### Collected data
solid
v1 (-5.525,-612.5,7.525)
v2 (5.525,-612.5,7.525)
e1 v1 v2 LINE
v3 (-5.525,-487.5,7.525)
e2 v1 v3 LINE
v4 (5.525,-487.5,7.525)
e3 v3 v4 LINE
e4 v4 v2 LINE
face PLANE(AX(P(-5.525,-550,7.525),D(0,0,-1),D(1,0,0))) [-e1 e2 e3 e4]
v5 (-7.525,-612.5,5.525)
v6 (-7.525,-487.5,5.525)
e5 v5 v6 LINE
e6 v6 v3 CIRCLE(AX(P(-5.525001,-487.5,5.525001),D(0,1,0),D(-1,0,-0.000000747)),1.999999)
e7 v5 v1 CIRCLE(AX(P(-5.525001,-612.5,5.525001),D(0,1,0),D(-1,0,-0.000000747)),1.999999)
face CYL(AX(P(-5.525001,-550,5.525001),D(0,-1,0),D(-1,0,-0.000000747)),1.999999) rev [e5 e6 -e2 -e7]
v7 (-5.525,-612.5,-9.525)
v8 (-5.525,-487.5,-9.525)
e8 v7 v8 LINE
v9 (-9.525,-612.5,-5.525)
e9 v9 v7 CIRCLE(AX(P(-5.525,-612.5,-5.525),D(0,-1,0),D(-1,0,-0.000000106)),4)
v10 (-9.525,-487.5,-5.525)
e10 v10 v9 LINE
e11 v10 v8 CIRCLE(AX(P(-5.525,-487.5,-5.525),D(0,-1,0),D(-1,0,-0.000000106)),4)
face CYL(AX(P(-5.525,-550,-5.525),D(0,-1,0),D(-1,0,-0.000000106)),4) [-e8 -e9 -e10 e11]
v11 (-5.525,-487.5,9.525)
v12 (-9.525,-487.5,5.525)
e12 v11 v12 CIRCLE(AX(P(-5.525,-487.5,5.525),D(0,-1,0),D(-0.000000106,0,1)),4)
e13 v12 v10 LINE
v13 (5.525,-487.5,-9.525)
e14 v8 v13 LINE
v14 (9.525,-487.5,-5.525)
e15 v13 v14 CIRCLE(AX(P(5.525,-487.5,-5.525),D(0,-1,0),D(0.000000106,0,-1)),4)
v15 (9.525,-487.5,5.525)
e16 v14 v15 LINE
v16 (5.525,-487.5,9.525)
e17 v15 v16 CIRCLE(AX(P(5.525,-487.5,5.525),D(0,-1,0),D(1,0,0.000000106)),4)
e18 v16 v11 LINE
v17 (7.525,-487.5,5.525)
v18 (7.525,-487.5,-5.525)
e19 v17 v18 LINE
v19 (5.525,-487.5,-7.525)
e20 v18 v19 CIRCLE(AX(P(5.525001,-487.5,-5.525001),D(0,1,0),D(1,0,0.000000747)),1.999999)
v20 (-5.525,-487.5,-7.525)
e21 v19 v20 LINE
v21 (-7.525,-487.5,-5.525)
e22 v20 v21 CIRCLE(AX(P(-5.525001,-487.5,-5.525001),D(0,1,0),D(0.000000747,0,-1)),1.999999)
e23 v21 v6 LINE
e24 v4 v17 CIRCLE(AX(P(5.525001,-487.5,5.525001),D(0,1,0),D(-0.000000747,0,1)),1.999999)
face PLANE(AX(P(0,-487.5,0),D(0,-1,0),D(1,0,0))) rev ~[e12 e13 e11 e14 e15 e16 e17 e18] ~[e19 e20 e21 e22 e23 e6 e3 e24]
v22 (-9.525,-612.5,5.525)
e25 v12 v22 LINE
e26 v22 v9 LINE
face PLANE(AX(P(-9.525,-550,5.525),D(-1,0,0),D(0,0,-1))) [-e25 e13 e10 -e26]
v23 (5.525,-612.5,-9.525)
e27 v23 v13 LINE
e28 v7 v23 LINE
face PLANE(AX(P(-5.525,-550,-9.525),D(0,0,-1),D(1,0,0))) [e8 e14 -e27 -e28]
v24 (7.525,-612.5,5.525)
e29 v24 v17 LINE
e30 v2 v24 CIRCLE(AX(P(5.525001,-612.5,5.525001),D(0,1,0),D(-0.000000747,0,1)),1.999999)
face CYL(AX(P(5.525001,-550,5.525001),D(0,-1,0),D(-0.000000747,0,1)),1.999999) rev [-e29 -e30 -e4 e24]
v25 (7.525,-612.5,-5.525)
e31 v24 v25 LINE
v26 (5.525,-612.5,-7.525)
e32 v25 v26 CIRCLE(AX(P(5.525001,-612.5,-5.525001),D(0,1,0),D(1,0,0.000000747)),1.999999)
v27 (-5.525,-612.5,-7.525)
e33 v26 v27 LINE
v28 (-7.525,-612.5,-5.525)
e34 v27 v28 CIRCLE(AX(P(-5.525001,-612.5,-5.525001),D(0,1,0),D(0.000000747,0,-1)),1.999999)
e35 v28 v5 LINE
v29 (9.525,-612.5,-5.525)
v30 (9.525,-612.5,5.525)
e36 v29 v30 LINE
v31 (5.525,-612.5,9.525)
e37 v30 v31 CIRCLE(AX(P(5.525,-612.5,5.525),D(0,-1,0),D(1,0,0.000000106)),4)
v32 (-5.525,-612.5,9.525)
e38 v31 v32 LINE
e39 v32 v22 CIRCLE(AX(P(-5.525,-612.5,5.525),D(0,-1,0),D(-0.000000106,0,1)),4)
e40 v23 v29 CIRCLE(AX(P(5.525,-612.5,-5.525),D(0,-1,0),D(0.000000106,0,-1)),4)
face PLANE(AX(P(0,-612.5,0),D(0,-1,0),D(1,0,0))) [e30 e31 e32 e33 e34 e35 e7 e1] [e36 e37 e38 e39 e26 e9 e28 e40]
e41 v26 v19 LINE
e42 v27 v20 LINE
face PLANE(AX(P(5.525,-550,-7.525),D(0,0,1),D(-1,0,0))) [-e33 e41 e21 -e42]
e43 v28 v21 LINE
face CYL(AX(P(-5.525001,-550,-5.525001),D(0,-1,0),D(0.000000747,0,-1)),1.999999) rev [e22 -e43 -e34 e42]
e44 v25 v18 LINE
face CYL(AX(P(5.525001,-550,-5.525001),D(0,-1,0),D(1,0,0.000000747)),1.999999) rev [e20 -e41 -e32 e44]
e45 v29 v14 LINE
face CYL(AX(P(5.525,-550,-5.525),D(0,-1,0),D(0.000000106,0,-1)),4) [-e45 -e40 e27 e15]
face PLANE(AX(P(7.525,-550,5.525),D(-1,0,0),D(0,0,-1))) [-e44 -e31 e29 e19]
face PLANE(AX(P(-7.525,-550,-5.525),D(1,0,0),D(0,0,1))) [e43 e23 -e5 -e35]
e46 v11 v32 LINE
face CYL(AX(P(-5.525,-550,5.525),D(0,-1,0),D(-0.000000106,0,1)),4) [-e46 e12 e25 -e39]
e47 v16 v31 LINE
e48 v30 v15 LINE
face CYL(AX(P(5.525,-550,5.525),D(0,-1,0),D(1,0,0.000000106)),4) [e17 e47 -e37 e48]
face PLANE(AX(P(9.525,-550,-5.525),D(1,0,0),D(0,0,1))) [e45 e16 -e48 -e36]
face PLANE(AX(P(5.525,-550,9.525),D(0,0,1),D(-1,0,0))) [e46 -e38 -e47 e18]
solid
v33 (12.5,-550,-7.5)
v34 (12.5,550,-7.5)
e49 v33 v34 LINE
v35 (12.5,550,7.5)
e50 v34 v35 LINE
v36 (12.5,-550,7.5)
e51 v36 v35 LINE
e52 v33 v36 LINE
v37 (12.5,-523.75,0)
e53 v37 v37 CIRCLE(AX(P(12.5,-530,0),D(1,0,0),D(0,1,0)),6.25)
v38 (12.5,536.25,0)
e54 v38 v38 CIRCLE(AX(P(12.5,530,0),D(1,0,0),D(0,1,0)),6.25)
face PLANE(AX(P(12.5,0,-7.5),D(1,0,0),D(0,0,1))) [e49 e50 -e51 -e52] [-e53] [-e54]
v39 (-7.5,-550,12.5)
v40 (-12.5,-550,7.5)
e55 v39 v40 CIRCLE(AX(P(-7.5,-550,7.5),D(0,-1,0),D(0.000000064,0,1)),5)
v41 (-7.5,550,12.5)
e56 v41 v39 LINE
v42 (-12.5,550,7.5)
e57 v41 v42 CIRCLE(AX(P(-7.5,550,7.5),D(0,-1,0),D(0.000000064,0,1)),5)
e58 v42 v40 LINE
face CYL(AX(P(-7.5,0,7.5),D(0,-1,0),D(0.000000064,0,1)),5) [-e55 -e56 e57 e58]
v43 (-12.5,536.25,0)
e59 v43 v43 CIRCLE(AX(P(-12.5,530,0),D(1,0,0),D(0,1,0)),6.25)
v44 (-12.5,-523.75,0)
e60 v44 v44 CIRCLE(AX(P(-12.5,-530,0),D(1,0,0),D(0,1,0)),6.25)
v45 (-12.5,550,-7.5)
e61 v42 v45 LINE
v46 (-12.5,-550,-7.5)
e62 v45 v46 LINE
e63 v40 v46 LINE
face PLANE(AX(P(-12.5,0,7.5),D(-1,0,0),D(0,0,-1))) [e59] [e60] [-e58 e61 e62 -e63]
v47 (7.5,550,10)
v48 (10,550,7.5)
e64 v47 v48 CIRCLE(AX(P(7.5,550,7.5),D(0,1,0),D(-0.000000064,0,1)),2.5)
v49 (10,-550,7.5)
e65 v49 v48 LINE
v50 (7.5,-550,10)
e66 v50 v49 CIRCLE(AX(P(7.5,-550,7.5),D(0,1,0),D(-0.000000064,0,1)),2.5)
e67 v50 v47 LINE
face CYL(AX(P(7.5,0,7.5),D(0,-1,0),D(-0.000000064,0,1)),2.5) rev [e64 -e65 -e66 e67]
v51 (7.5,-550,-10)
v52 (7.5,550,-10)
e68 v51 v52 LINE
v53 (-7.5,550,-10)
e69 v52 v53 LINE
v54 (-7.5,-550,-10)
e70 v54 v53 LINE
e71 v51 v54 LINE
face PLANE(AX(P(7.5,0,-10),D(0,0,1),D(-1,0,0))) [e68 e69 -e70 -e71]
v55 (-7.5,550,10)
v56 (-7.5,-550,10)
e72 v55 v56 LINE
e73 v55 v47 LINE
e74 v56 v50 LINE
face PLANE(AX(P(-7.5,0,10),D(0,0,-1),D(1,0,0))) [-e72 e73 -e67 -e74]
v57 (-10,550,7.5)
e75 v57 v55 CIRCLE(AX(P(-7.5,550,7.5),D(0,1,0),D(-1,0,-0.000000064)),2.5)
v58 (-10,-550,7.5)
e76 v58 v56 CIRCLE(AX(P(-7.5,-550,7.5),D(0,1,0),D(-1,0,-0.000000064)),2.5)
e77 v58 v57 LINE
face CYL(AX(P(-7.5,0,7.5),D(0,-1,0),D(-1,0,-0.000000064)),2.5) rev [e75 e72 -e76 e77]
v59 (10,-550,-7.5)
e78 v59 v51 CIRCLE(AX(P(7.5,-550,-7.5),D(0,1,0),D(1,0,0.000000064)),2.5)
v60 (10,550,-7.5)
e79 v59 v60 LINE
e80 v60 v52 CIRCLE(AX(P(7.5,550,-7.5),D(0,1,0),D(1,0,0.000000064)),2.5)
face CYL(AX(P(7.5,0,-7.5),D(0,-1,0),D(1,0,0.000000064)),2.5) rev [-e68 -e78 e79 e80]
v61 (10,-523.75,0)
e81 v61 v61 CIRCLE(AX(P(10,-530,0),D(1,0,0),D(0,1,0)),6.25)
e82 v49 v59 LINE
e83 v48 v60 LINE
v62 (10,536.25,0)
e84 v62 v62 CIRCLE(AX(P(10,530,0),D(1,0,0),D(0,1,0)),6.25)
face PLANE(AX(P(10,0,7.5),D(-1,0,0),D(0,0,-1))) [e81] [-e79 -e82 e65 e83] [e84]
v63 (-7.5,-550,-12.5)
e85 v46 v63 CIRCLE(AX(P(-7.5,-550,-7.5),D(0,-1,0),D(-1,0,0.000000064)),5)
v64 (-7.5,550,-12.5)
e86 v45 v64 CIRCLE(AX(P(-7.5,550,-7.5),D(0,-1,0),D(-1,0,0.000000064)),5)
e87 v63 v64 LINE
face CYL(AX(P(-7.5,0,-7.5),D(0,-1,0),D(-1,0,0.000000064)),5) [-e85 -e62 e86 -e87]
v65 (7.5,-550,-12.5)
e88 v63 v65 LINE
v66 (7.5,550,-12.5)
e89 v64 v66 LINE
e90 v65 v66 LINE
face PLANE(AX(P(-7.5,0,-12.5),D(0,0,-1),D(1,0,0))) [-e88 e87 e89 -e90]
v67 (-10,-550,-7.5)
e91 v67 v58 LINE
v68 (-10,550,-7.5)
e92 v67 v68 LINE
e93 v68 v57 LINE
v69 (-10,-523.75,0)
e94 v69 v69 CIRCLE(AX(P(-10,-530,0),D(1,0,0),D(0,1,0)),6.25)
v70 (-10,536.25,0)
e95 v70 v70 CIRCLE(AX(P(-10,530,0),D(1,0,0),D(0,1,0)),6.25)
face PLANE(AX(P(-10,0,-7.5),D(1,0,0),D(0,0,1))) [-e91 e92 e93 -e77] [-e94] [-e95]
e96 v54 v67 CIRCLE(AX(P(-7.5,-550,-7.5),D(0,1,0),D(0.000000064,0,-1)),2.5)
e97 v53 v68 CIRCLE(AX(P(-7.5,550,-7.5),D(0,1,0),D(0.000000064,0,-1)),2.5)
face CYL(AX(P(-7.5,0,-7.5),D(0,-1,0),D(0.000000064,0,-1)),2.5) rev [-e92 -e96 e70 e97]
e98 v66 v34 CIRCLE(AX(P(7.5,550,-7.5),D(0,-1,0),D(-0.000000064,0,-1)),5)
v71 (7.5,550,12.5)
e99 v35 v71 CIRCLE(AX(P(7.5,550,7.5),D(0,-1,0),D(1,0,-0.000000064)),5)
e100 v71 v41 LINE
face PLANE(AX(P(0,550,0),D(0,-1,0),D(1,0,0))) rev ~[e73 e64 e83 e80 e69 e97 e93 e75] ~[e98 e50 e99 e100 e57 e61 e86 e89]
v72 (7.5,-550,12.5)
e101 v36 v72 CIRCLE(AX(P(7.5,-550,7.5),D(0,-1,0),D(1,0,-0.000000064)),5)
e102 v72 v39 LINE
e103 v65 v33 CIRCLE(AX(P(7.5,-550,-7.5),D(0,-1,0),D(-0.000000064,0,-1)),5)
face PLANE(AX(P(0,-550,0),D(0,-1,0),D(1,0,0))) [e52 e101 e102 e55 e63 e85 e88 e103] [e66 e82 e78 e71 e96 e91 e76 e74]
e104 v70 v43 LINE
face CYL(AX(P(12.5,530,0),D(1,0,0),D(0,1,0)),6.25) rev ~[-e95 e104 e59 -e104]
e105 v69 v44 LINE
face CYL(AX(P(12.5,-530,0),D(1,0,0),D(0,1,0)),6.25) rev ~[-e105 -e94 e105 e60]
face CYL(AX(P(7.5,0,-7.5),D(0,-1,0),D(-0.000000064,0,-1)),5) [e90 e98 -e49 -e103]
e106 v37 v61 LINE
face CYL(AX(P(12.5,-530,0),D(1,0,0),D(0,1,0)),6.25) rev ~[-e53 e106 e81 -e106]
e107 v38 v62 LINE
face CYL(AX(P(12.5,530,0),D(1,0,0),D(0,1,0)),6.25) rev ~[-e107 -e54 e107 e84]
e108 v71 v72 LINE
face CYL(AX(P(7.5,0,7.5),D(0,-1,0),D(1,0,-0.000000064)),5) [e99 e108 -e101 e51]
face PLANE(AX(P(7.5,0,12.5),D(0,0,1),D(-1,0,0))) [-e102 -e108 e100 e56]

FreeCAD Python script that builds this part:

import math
import FreeCAD as App
import Part
import Sketcher
Q = App.Units.Quantity

doc = App.newDocument("Part")
body = doc.addObject("PartDesign::Body", "Body")

# Sketch on XZ plane
sketch1 = body.newObject("Sketcher::SketchObject", "Sketch")
sketch1.AttachmentSupport = (doc.getObject("XZ_Plane"), [""])
sketch1.MapMode = "FlatFace"
sketch1.addGeometry(Part.ArcOfCircle(Part.Circle(App.Vector(7.5, 7.5, 0), App.Vector(0, 0, 1), 5), math.radians(0), math.radians(90)), False)
sketch1.addGeometry(Part.LineSegment(App.Vector(7.5, 12.5, 0), App.Vector(-7.5, 12.5, 0)), False)
sketch1.addGeometry(Part.ArcOfCircle(Part.Circle(App.Vector(-7.5, 7.5, 0), App.Vector(0, 0, 1), 5), math.radians(90), math.radians(180)), False)
sketch1.addGeometry(Part.LineSegment(App.Vector(-12.5, 7.5, 0), App.Vector(-12.5, -7.5, 0)), False)
sketch1.addGeometry(Part.ArcOfCircle(Part.Circle(App.Vector(-7.5, -7.5, 0), App.Vector(0, 0, 1), 5), math.radians(180), math.radians(270)), False)
sketch1.addGeometry(Part.LineSegment(App.Vector(-7.5, -12.5, 0), App.Vector(7.5, -12.5, 0)), False)
sketch1.addGeometry(Part.ArcOfCircle(Part.Circle(App.Vector(7.5, -7.5, 0), App.Vector(0, 0, 1), 5), math.radians(-90), math.radians(0)), False)
sketch1.addGeometry(Part.LineSegment(App.Vector(12.5, -7.5, 0), App.Vector(12.5, 7.5, 0)), False)
sketch1.addGeometry(Part.ArcOfCircle(Part.Circle(App.Vector(-7.5, 7.5, 0), App.Vector(0, 0, 1), 2.5), math.radians(90), math.radians(180)), False)
sketch1.addGeometry(Part.LineSegment(App.Vector(-7.5, 10, 0), App.Vector(7.5, 10, 0)), False)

### Work order
Using the entries above, give again exactly the lines from the line holding "e107 v38 v62 LINE" through the line holding "FreeCAD Python script". Include both end lines and nothing else.

### Written solution
e107 v38 v62 LINE
face CYL(AX(P(12.5,530,0),D(1,0,0),D(0,1,0)),6.25) rev ~[-e107 -e54 e107 e84]
e108 v71 v72 LINE
face CYL(AX(P(7.5,0,7.5),D(0,-1,0),D(1,0,-0.000000064)),5) [e99 e108 -e101 e51]
face PLANE(AX(P(7.5,0,12.5),D(0,0,1),D(-1,0,0))) [-e102 -e108 e100 e56]

FreeCAD Python script that builds this part:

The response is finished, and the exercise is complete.